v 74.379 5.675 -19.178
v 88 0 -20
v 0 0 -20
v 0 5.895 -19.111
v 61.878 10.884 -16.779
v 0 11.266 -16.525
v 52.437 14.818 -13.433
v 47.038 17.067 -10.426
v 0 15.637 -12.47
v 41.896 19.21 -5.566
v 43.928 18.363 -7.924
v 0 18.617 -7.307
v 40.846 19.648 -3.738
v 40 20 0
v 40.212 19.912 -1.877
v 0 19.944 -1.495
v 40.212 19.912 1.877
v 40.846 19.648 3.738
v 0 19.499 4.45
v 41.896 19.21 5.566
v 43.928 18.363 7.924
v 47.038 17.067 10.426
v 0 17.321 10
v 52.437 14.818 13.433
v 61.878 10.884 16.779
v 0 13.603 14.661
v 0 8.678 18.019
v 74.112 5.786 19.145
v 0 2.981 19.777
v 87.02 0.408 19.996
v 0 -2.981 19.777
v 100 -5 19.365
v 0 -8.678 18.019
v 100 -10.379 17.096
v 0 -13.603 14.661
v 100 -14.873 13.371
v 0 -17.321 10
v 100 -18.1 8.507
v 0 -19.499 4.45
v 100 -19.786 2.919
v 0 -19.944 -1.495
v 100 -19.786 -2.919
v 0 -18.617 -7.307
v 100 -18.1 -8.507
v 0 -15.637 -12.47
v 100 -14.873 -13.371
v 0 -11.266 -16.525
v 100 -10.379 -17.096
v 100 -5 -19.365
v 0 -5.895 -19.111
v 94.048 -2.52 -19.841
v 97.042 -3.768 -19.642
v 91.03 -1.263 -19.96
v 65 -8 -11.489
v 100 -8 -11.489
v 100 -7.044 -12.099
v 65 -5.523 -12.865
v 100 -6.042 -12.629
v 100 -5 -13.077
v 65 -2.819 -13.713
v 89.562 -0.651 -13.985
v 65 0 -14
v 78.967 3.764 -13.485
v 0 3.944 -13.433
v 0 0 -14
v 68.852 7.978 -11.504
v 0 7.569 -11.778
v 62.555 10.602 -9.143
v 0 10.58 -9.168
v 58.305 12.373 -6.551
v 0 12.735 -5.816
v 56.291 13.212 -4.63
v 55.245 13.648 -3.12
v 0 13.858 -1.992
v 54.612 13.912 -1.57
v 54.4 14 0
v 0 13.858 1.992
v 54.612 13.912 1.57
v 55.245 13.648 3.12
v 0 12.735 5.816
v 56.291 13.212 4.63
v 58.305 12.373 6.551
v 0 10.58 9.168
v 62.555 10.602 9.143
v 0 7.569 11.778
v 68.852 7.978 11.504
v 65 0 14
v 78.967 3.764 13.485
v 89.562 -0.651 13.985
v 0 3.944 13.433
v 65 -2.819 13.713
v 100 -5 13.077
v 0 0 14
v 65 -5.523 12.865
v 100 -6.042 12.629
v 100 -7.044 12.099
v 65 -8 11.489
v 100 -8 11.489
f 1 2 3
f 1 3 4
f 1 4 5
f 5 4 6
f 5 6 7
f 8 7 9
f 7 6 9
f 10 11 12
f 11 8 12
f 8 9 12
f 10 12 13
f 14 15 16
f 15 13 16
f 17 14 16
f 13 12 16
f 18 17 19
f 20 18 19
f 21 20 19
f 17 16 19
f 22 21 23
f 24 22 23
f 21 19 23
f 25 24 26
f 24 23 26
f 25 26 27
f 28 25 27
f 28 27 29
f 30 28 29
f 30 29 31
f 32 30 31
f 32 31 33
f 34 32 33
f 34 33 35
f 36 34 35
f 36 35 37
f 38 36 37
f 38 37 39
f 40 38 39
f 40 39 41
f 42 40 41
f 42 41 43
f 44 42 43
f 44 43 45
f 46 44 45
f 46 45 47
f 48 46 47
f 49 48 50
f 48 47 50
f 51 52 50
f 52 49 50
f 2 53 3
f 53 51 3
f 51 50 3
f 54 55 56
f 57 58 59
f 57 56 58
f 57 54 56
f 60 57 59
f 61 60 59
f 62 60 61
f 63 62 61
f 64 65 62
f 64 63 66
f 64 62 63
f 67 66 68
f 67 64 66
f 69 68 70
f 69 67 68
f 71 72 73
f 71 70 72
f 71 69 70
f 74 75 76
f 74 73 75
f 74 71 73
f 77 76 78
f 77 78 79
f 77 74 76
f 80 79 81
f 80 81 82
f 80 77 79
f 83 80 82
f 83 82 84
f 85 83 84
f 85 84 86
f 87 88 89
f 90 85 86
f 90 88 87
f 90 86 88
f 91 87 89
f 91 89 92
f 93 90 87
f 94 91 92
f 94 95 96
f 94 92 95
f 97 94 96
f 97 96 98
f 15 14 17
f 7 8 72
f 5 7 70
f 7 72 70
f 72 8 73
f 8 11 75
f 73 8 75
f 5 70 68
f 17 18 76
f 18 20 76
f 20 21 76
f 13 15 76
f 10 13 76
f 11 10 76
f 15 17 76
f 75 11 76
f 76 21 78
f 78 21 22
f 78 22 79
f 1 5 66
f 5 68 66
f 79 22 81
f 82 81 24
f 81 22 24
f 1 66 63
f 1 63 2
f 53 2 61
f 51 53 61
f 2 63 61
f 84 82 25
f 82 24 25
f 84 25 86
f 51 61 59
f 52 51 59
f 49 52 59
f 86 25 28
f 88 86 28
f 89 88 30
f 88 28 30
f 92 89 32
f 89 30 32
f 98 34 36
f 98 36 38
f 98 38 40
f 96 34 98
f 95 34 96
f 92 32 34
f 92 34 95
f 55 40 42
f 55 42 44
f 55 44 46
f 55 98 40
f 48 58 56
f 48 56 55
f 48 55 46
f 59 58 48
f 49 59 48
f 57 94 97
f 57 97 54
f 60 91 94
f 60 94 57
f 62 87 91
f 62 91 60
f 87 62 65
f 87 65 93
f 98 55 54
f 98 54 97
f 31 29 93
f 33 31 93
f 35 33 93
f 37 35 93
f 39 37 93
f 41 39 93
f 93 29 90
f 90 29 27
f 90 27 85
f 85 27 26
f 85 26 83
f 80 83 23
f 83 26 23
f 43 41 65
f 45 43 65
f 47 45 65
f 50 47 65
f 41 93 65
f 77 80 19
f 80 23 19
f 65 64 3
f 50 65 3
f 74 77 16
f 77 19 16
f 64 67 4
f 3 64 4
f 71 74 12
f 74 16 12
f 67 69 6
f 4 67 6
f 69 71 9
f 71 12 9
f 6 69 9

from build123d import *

# Parameters (mm, degrees)
BOSS_EXTRUDE1_DEPTH            = 65
SKETCH1_4_R                    = 20
BOSS_EXTRUDE2_DEPTH            = 100
CUT_EXTRUDE1_REACH             = 105.923
CUT_EXTRUDE1_DIRECTION_2_REACH = 105.923


with BuildPart() as part:
    # Sketch1 → Boss-Extrude1 (new body)
    with BuildSketch(Plane(origin=(0, 0, 0), x_dir=(0, 0, -1), z_dir=(1, 0, 0))):
        with BuildLine():
            Line((14, 0), (-14, 0))
            ThreePointArc((-14, 0), (-13.357540082, -4.192388692), (-11.489125293, -8))
            Line((-11.489125293, -8), (11.489125293, -8))
            ThreePointArc((11.489125293, -8), (13.357540082, -4.192388692), (14, 0))
        make_face()
    extrude(amount=BOSS_EXTRUDE1_DEPTH)

    # Sketch1<4> → Boss-Extrude2 (add)
    with BuildSketch(Plane(origin=(0, 0, 0), x_dir=(0, 0, -1), z_dir=(1, 0, 0))):
        Circle(SKETCH1_4_R)
        with BuildLine():
            Line((11.489125293, -8), (-11.489125293, -8))
            ThreePointArc((-11.489125293, -8), (0, 14), (11.489125293, -8))
        make_face(mode=Mode.SUBTRACT)
    extrude(amount=BOSS_EXTRUDE2_DEPTH)

    # Sketch2 → Cut-Extrude1 (cut, up to next)
    with BuildSketch(Plane.XY, mode=Mode.PRIVATE) as cut_extrude1_sk1:
        Polygon((40, 20), (100, -5), (100, 20), align=None)
    cut_extrude1_tool1 = extrude(cut_extrude1_sk1.sketch, amount=-CUT_EXTRUDE1_REACH, mode=Mode.PRIVATE) & part.part
    add(cut_extrude1_tool1.solids().sort_by_distance((80, 11.666667, 0))[0], mode=Mode.SUBTRACT)

    # Sketch2 → Cut-Extrude1 direction 2 (cut, up to next)
    with BuildSketch(Plane.XY, mode=Mode.PRIVATE) as cut_extrude1_direction_2_sk1:
        Polygon((40, 20), (100, -5), (100, 20), align=None)
    cut_extrude1_direction_2_tool1 = extrude(cut_extrude1_direction_2_sk1.sketch, amount=CUT_EXTRUDE1_DIRECTION_2_REACH, mode=Mode.PRIVATE) & part.part
    add(cut_extrude1_direction_2_tool1.solids().sort_by_distance((80, 11.666667, 0))[0], mode=Mode.SUBTRACT)


solid = part.part
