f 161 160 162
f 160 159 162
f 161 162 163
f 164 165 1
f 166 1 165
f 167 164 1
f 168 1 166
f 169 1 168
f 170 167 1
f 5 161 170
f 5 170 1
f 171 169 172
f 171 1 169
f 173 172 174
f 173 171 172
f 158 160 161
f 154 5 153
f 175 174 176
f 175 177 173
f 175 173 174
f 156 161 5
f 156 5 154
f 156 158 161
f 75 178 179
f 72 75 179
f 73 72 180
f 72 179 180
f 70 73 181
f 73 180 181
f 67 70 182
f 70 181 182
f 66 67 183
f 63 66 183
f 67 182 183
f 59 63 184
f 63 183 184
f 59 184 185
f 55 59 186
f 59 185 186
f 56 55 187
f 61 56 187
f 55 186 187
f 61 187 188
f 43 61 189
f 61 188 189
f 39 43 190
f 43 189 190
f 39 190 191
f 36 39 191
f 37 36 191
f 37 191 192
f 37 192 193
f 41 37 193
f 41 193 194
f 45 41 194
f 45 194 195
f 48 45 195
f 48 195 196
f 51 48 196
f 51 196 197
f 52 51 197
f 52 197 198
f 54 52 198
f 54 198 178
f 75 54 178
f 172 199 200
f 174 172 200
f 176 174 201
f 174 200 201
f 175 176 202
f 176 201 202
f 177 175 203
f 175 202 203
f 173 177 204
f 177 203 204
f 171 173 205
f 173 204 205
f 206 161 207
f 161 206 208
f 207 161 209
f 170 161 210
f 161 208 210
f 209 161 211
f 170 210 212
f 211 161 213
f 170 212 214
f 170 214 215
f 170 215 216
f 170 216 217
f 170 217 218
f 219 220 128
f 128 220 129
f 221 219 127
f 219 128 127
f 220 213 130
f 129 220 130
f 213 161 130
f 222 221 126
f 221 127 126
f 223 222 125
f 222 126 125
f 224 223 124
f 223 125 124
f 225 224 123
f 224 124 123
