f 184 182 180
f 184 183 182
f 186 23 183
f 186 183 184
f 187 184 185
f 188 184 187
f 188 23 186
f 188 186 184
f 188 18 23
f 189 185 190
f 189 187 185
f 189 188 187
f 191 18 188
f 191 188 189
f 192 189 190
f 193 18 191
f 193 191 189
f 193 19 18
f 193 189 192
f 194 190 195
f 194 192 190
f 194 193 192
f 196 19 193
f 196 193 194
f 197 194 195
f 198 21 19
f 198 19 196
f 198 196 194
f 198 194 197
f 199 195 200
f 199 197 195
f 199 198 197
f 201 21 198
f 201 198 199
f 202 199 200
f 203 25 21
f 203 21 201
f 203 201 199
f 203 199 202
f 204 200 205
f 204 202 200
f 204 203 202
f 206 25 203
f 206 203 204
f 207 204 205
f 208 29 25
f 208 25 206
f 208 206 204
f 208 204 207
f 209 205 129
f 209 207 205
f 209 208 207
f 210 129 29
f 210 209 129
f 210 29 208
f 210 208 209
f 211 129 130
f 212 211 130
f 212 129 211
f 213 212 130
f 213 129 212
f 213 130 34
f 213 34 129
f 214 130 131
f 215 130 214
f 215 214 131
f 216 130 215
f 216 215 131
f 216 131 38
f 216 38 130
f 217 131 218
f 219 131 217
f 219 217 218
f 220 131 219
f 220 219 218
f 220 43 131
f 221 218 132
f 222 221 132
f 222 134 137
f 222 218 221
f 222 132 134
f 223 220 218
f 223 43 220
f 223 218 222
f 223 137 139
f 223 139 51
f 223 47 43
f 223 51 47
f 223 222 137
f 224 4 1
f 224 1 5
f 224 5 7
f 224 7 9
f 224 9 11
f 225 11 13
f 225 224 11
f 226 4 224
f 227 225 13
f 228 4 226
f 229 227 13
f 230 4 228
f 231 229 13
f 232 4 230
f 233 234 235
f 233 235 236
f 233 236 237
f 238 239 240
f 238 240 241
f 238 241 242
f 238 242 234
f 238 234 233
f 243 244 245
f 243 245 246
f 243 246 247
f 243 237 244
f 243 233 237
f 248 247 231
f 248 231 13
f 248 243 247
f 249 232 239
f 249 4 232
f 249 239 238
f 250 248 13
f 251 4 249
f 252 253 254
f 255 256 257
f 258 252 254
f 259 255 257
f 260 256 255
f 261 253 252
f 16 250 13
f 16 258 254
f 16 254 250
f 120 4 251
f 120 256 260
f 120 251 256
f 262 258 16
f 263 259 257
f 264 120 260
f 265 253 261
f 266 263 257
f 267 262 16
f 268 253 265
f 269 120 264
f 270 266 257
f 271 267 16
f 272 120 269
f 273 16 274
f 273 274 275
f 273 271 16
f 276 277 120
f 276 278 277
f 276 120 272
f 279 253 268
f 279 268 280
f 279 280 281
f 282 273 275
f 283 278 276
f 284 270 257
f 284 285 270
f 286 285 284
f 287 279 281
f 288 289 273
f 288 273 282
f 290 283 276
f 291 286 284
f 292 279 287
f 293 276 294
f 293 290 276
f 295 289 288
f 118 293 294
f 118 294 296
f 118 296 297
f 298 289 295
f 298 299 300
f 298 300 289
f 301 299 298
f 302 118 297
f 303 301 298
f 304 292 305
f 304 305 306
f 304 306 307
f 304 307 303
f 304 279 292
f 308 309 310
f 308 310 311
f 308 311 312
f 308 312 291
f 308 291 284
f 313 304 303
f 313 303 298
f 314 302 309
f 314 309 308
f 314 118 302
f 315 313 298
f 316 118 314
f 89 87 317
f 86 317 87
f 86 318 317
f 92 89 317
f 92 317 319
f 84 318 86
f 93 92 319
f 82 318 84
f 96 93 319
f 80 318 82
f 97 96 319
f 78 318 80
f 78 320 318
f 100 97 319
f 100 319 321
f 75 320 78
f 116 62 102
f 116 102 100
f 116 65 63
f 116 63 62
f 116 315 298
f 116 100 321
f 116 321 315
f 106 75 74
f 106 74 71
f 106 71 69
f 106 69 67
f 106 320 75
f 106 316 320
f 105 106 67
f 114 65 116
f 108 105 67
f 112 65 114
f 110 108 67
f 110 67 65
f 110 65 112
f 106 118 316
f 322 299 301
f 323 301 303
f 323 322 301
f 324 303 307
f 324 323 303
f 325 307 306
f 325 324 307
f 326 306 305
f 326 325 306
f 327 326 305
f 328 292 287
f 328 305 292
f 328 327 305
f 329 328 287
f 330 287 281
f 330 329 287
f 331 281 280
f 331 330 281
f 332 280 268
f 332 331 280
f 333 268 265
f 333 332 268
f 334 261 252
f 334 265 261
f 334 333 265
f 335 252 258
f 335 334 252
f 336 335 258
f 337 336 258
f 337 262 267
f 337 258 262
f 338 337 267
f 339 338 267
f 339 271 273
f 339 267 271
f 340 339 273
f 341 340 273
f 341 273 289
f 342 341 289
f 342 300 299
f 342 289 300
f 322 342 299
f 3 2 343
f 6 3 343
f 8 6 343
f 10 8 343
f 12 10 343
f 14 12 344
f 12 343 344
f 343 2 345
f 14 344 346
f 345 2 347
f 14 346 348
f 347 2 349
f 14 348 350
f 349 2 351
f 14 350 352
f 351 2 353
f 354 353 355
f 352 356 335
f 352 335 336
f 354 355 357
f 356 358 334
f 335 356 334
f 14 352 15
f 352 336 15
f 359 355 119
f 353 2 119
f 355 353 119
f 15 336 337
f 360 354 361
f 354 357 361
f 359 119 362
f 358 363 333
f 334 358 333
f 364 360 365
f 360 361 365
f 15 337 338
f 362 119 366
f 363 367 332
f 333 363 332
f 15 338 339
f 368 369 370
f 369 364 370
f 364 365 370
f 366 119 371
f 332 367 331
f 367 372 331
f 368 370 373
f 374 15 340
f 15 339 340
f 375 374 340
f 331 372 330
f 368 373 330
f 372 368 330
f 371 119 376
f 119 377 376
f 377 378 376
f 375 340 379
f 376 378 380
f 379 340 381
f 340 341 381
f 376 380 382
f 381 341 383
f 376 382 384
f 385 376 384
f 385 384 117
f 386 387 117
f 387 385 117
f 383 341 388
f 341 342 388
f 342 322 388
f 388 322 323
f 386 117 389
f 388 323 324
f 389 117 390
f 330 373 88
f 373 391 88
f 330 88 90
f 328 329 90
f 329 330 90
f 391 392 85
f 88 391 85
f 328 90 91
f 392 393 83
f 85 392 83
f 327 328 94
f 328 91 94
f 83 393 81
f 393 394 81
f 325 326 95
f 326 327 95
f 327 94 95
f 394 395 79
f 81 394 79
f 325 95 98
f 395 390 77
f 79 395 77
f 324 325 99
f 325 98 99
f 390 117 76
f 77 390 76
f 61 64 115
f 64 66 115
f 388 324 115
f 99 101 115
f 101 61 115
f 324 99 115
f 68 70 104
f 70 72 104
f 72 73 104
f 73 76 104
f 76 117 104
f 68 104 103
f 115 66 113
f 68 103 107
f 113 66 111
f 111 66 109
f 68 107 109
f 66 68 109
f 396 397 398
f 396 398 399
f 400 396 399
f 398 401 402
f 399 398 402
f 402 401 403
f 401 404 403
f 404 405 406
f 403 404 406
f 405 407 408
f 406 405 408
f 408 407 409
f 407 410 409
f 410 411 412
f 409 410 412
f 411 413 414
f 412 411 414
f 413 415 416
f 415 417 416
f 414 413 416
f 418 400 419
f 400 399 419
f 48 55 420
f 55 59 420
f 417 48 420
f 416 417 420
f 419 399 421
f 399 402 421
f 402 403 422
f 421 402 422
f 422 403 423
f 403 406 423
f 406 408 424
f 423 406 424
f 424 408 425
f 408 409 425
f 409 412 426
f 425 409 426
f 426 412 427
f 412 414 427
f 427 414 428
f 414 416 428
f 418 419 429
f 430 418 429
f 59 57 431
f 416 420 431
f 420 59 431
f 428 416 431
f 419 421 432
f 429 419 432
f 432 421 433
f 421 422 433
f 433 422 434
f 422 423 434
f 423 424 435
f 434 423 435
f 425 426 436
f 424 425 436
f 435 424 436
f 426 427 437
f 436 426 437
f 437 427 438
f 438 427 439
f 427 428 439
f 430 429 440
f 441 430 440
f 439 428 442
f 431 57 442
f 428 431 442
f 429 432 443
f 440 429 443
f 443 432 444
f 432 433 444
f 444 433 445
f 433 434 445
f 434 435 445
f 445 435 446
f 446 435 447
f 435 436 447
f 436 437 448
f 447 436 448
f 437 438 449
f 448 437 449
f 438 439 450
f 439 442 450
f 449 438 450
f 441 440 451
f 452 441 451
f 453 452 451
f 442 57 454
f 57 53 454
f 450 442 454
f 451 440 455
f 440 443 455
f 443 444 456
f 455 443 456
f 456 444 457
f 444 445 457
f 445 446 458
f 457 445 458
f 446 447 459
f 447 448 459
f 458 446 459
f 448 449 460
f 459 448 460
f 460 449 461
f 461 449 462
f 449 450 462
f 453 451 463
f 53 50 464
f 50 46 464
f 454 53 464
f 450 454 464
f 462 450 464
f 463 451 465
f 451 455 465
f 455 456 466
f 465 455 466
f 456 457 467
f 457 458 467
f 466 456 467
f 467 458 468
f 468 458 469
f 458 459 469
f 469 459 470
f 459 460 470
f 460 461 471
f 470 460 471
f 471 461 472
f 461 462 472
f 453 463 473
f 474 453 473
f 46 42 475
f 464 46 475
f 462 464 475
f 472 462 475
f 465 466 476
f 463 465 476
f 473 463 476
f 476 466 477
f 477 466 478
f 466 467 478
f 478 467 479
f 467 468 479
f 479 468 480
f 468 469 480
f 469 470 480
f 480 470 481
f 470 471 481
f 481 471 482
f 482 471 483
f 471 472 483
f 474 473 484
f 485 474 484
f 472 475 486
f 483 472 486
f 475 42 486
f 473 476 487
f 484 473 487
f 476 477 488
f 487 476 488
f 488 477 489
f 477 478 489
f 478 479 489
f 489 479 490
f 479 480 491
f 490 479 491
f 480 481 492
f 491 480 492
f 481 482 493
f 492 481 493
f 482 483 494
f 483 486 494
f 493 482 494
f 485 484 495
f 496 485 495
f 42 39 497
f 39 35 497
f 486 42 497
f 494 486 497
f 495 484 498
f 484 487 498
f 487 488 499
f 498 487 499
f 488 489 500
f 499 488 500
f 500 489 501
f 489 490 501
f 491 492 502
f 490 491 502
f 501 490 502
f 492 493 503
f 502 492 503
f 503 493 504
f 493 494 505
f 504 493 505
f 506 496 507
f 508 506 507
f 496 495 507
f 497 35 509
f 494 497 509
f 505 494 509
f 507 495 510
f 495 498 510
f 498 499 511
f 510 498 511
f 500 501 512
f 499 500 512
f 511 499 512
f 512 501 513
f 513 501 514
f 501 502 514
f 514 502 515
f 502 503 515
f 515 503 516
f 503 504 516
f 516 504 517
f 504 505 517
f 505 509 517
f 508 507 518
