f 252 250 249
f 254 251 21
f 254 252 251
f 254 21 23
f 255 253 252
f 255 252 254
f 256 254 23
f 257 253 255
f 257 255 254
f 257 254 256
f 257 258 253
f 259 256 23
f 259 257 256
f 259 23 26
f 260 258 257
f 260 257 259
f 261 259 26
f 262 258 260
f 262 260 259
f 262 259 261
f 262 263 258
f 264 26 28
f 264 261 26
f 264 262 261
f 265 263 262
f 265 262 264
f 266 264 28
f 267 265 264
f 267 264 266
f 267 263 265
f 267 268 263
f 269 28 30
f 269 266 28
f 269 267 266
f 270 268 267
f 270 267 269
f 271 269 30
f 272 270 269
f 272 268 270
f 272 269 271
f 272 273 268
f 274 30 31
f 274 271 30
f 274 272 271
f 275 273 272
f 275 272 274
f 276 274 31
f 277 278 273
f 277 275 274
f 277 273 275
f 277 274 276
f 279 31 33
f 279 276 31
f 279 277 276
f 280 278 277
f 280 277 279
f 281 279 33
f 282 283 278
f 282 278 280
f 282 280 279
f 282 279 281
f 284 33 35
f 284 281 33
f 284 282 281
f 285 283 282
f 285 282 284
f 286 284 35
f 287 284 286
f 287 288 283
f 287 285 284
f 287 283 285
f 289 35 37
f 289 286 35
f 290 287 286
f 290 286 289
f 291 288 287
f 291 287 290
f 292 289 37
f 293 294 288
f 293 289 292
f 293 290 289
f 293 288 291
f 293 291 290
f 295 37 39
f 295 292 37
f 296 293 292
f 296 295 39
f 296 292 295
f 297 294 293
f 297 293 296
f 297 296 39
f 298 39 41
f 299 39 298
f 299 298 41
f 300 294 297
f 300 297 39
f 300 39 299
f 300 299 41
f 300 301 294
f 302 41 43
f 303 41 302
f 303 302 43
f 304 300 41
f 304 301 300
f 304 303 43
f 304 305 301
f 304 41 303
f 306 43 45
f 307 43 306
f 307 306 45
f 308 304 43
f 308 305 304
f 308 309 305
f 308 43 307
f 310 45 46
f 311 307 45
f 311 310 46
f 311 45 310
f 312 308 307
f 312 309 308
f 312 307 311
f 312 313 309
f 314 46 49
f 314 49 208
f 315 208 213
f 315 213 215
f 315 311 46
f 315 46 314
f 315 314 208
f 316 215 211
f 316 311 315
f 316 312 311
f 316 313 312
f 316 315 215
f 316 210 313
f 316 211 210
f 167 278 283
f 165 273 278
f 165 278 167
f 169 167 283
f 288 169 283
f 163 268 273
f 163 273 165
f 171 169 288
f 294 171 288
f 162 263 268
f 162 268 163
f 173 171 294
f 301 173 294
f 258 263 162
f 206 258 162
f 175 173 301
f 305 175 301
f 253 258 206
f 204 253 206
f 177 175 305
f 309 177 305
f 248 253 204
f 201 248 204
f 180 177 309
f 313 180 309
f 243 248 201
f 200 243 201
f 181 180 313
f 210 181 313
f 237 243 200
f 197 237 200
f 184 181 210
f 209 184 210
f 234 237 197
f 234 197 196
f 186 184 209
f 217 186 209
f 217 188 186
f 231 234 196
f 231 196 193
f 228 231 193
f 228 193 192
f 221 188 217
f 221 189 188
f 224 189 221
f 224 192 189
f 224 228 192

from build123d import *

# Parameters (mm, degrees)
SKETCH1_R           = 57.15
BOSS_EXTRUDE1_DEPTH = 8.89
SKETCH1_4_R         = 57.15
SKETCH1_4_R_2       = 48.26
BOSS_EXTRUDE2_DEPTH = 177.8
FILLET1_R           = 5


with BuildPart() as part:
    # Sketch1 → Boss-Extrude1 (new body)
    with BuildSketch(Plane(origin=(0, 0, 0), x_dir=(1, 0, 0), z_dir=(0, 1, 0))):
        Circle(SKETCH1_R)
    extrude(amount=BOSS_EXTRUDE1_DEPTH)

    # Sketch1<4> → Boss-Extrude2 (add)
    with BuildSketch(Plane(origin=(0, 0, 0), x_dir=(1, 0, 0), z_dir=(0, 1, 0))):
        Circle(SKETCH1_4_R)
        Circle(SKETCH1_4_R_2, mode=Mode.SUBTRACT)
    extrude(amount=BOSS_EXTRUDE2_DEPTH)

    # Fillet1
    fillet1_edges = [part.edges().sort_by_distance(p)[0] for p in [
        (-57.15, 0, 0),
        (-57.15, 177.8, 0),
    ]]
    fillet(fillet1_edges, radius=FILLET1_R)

========================================

## WHAT THIS TASK INVOLVES
Looking at the records above, return exactly the lines from the line with "f 238 240 241" to the line with "f 342 341 289", both ends included.

## RESPONSE TO THE EXERCISE
f 238 240 241
f 238 241 242
f 238 242 234
f 238 234 233
f 243 244 245
f 243 245 246
f 243 246 247
f 243 237 244
f 243 233 237
f 248 247 231
f 248 231 13
f 248 243 247
f 249 232 239
f 249 4 232
f 249 239 238
f 250 248 13
f 251 4 249
f 252 253 254
f 255 256 257
f 258 252 254
f 259 255 257
f 260 256 255
f 261 253 252
f 16 250 13
f 16 258 254
f 16 254 250
f 120 4 251
f 120 256 260
f 120 251 256
f 262 258 16
f 263 259 257
f 264 120 260
f 265 253 261
f 266 263 257
f 267 262 16
f 268 253 265
f 269 120 264
f 270 266 257
f 271 267 16
f 272 120 269
f 273 16 274
f 273 274 275
f 273 271 16
f 276 277 120
f 276 278 277
f 276 120 272
f 279 253 268
f 279 268 280
f 279 280 281
f 282 273 275
f 283 278 276
f 284 270 257
f 284 285 270
f 286 285 284
f 287 279 281
f 288 289 273
f 288 273 282
f 290 283 276
f 291 286 284
f 292 279 287
f 293 276 294
f 293 290 276
f 295 289 288
f 118 293 294
f 118 294 296
f 118 296 297
f 298 289 295
f 298 299 300
f 298 300 289
f 301 299 298
f 302 118 297
f 303 301 298
f 304 292 305
f 304 305 306
f 304 306 307
f 304 307 303
f 304 279 292
f 308 309 310
f 308 310 311
f 308 311 312
f 308 312 291
f 308 291 284
f 313 304 303
f 313 303 298
f 314 302 309
f 314 309 308
f 314 118 302
f 315 313 298
f 316 118 314
f 89 87 317
f 86 317 87
f 86 318 317
f 92 89 317
f 92 317 319
f 84 318 86
f 93 92 319
f 82 318 84
f 96 93 319
f 80 318 82
f 97 96 319
f 78 318 80
f 78 320 318
f 100 97 319
f 100 319 321
f 75 320 78
f 116 62 102
f 116 102 100
f 116 65 63
f 116 63 62
f 116 315 298
f 116 100 321
f 116 321 315
f 106 75 74
f 106 74 71
f 106 71 69
f 106 69 67
f 106 320 75
f 106 316 320
f 105 106 67
f 114 65 116
f 108 105 67
f 112 65 114
f 110 108 67
f 110 67 65
f 110 65 112
f 106 118 316
f 322 299 301
f 323 301 303
f 323 322 301
f 324 303 307
f 324 323 303
f 325 307 306
f 325 324 307
f 326 306 305
f 326 325 306
f 327 326 305
f 328 292 287
f 328 305 292
f 328 327 305
f 329 328 287
f 330 287 281
f 330 329 287
f 331 281 280
f 331 330 281
f 332 280 268
f 332 331 280
f 333 268 265
f 333 332 268
f 334 261 252
f 334 265 261
f 334 333 265
f 335 252 258
f 335 334 252
f 336 335 258
f 337 336 258
f 337 262 267
f 337 258 262
f 338 337 267
f 339 338 267
f 339 271 273
f 339 267 271
f 340 339 273
f 341 340 273
f 341 273 289
f 342 341 289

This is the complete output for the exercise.